■ Problem requirements ■
For the listing below, print exactly the lines from the line with "#7=PRODUCT_DEFINITION_SHAPE('','',#6);" to the line with "#38=EDGE_CURVE('',#34,#34,#37,.T.);", both included, and nothing beyond them.

......

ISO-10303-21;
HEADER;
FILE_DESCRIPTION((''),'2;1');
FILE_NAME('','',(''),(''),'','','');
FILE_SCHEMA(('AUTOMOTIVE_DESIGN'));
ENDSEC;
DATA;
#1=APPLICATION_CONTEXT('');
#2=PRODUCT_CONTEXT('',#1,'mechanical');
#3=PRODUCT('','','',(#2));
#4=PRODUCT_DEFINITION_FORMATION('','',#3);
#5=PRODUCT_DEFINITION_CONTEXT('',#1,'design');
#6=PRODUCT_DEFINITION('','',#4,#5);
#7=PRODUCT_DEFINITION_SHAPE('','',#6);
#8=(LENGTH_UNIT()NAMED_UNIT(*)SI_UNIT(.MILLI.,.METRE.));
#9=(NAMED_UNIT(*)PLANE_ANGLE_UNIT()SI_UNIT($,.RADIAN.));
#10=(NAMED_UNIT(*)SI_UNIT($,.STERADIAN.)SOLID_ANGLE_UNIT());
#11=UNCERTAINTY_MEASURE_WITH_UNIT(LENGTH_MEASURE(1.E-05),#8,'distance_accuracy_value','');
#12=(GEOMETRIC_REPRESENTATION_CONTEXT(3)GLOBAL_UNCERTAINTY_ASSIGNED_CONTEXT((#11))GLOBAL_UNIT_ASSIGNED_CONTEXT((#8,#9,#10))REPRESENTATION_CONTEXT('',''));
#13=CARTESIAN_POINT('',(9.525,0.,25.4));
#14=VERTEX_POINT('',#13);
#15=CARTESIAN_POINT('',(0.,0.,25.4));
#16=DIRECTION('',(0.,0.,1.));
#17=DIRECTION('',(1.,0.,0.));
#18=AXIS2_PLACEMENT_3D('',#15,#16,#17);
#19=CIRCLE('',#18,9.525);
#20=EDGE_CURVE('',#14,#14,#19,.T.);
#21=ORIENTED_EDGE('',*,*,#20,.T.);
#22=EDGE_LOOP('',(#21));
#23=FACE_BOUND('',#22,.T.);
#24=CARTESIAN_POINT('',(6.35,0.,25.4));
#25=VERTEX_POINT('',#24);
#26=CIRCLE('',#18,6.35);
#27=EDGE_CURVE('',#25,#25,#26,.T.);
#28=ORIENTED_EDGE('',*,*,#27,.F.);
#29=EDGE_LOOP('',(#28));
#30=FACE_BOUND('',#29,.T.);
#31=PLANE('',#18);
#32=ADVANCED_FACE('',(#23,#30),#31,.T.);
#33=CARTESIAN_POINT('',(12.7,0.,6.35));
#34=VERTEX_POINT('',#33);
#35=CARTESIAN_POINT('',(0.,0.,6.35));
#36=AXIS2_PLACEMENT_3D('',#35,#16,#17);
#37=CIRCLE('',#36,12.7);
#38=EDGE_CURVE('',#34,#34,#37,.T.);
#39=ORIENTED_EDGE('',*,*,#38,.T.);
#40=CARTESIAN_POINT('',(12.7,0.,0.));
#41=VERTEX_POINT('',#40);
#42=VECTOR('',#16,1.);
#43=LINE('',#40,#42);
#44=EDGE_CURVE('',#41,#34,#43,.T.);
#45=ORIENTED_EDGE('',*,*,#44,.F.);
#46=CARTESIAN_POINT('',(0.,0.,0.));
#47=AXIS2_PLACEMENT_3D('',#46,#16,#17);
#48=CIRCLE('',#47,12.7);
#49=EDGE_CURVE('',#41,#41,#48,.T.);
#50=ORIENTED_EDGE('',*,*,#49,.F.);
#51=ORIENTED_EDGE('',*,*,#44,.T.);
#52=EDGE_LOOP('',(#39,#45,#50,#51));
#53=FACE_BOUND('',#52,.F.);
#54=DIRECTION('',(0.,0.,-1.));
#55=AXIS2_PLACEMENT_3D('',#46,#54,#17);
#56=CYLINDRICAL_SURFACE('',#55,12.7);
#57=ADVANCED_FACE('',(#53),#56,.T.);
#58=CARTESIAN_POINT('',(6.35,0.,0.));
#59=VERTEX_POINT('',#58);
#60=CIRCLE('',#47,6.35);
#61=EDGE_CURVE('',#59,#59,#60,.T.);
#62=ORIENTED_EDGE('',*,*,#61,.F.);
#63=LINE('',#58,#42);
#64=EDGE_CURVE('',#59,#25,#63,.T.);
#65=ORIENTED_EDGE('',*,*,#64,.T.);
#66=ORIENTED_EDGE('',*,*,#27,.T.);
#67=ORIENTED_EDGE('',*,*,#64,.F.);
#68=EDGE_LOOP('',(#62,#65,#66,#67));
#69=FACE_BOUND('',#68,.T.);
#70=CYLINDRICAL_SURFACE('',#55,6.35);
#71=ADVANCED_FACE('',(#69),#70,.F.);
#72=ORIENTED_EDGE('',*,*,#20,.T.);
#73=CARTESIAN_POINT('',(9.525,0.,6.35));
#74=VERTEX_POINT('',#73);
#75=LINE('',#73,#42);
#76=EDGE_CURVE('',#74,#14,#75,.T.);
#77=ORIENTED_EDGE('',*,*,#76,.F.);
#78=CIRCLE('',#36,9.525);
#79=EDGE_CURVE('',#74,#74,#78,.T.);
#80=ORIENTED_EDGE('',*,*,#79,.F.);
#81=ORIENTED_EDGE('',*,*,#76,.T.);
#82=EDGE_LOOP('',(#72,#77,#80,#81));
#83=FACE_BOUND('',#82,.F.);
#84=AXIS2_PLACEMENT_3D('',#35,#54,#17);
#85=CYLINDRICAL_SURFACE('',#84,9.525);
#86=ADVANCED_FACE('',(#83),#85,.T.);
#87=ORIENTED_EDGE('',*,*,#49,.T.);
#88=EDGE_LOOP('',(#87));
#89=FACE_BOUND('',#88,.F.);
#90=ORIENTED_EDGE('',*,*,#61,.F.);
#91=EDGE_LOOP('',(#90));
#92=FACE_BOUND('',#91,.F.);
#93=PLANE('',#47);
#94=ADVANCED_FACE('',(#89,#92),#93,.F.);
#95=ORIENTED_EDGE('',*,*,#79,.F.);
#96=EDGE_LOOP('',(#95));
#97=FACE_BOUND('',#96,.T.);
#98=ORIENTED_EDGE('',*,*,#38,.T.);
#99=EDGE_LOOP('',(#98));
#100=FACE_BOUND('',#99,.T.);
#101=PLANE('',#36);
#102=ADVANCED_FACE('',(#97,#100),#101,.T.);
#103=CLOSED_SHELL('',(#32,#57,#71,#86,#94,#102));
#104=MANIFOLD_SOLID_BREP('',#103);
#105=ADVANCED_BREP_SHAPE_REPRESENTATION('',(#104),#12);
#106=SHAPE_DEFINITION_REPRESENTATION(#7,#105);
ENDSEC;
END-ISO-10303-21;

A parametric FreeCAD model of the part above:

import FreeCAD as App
import Part
import Sketcher
from FreeCAD import Vector
Q = App.Units.Quantity

doc = App.newDocument("Part")
params = doc.addObject("Spreadsheet::Sheet", "Params")
for row, (alias, value) in enumerate([
    ("sketch1_diameter", "1 in"),
    ("sketch1_diameter2", "0.5 in"),
    ("pad1_length", "0.25 in"),
    ("sketch2_diameter", "0.5 in"),
    ("sketch2_diameter2", "0.75 in"),
    ("pad2_length", "0.75 in"),
], start=1):
    params.set(f"A{row}", alias)
    params.set(f"B{row}", "=" + value)
    params.setAlias(f"B{row}", alias)

body = doc.addObject("PartDesign::Body", "Body")

# Sketch on XY plane
sketch1 = doc.addObject("Sketcher::SketchObject", "Sketch")
body.addObject(sketch1)
sketch1.AttachmentSupport = (doc.XY_Plane, [""])
sketch1.MapMode = "FlatFace"
sketch1.addGeometry(Part.Circle(Vector(0, 0, 0), Vector(0, 0, 1), 13), False)
sketch1.addGeometry(Part.Circle(Vector(0, 0, 0), Vector(0, 0, 1), 6), False)
sketch1.addConstraint(Sketcher.Constraint("Coincident", 0, 3, -1, 1))
sketch1.addConstraint(Sketcher.Constraint("Coincident", 1, 3, -1, 1))
sketch1.addConstraint(Sketcher.Constraint("Diameter", 0, Q("1 in")))
sketch1.addConstraint(Sketcher.Constraint("Diameter", 1, Q("0.5 in")))
sketch1.setExpression("Constraints[2]", "Params.sketch1_diameter")
sketch1.setExpression("Constraints[3]", "Params.sketch1_diameter2")
pad1 = doc.addObject("PartDesign::Pad", "Pad")
body.addObject(pad1)
pad1.Profile = sketch1
pad1.setExpression("Length", "Params.pad1_length")

# Sketch on XY plane
sketch2 = doc.addObject("Sketcher::SketchObject", "Sketch001")
body.addObject(sketch2)
sketch2.AttachmentSupport = (doc.XY_Plane, [""])
sketch2.MapMode = "FlatFace"
sketch2.AttachmentOffset = App.Placement(Vector(0, 0, 0.25 * 25.4), App.Rotation())
sketch2.addGeometry(Part.Circle(Vector(0, 0, 0), Vector(0, 0, 1), 10), False)
sketch2.addGeometry(Part.Circle(Vector(0, 0, 0), Vector(0, 0, 1), 6), False)
sketch2.addConstraint(Sketcher.Constraint("Coincident", 0, 3, -1, 1))
sketch2.addConstraint(Sketcher.Constraint("Coincident", 1, 3, -1, 1))
sketch2.addConstraint(Sketcher.Constraint("Diameter", 1, Q("0.5 in")))
sketch2.addConstraint(Sketcher.Constraint("Diameter", 0, Q("0.75 in")))
sketch2.setExpression("Constraints[2]", "Params.sketch2_diameter")
sketch2.setExpression("Constraints[3]", "Params.sketch2_diameter2")
pad2 = doc.addObject("PartDesign::Pad", "Pad001")
body.addObject(pad2)
pad2.Profile = sketch2
pad2.setExpression("Length", "Params.pad2_length")

doc.recompute()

......

■ Response for this exercise ■
#7=PRODUCT_DEFINITION_SHAPE('','',#6);
#8=(LENGTH_UNIT()NAMED_UNIT(*)SI_UNIT(.MILLI.,.METRE.));
#9=(NAMED_UNIT(*)PLANE_ANGLE_UNIT()SI_UNIT($,.RADIAN.));
#10=(NAMED_UNIT(*)SI_UNIT($,.STERADIAN.)SOLID_ANGLE_UNIT());
#11=UNCERTAINTY_MEASURE_WITH_UNIT(LENGTH_MEASURE(1.E-05),#8,'distance_accuracy_value','');
#12=(GEOMETRIC_REPRESENTATION_CONTEXT(3)GLOBAL_UNCERTAINTY_ASSIGNED_CONTEXT((#11))GLOBAL_UNIT_ASSIGNED_CONTEXT((#8,#9,#10))REPRESENTATION_CONTEXT('',''));
#13=CARTESIAN_POINT('',(9.525,0.,25.4));
#14=VERTEX_POINT('',#13);
#15=CARTESIAN_POINT('',(0.,0.,25.4));
#16=DIRECTION('',(0.,0.,1.));
#17=DIRECTION('',(1.,0.,0.));
#18=AXIS2_PLACEMENT_3D('',#15,#16,#17);
#19=CIRCLE('',#18,9.525);
#20=EDGE_CURVE('',#14,#14,#19,.T.);
#21=ORIENTED_EDGE('',*,*,#20,.T.);
#22=EDGE_LOOP('',(#21));
#23=FACE_BOUND('',#22,.T.);
#24=CARTESIAN_POINT('',(6.35,0.,25.4));
#25=VERTEX_POINT('',#24);
#26=CIRCLE('',#18,6.35);
#27=EDGE_CURVE('',#25,#25,#26,.T.);
#28=ORIENTED_EDGE('',*,*,#27,.F.);
#29=EDGE_LOOP('',(#28));
#30=FACE_BOUND('',#29,.T.);
#31=PLANE('',#18);
#32=ADVANCED_FACE('',(#23,#30),#31,.T.);
#33=CARTESIAN_POINT('',(12.7,0.,6.35));
#34=VERTEX_POINT('',#33);
#35=CARTESIAN_POINT('',(0.,0.,6.35));
#36=AXIS2_PLACEMENT_3D('',#35,#16,#17);
#37=CIRCLE('',#36,12.7);
#38=EDGE_CURVE('',#34,#34,#37,.T.);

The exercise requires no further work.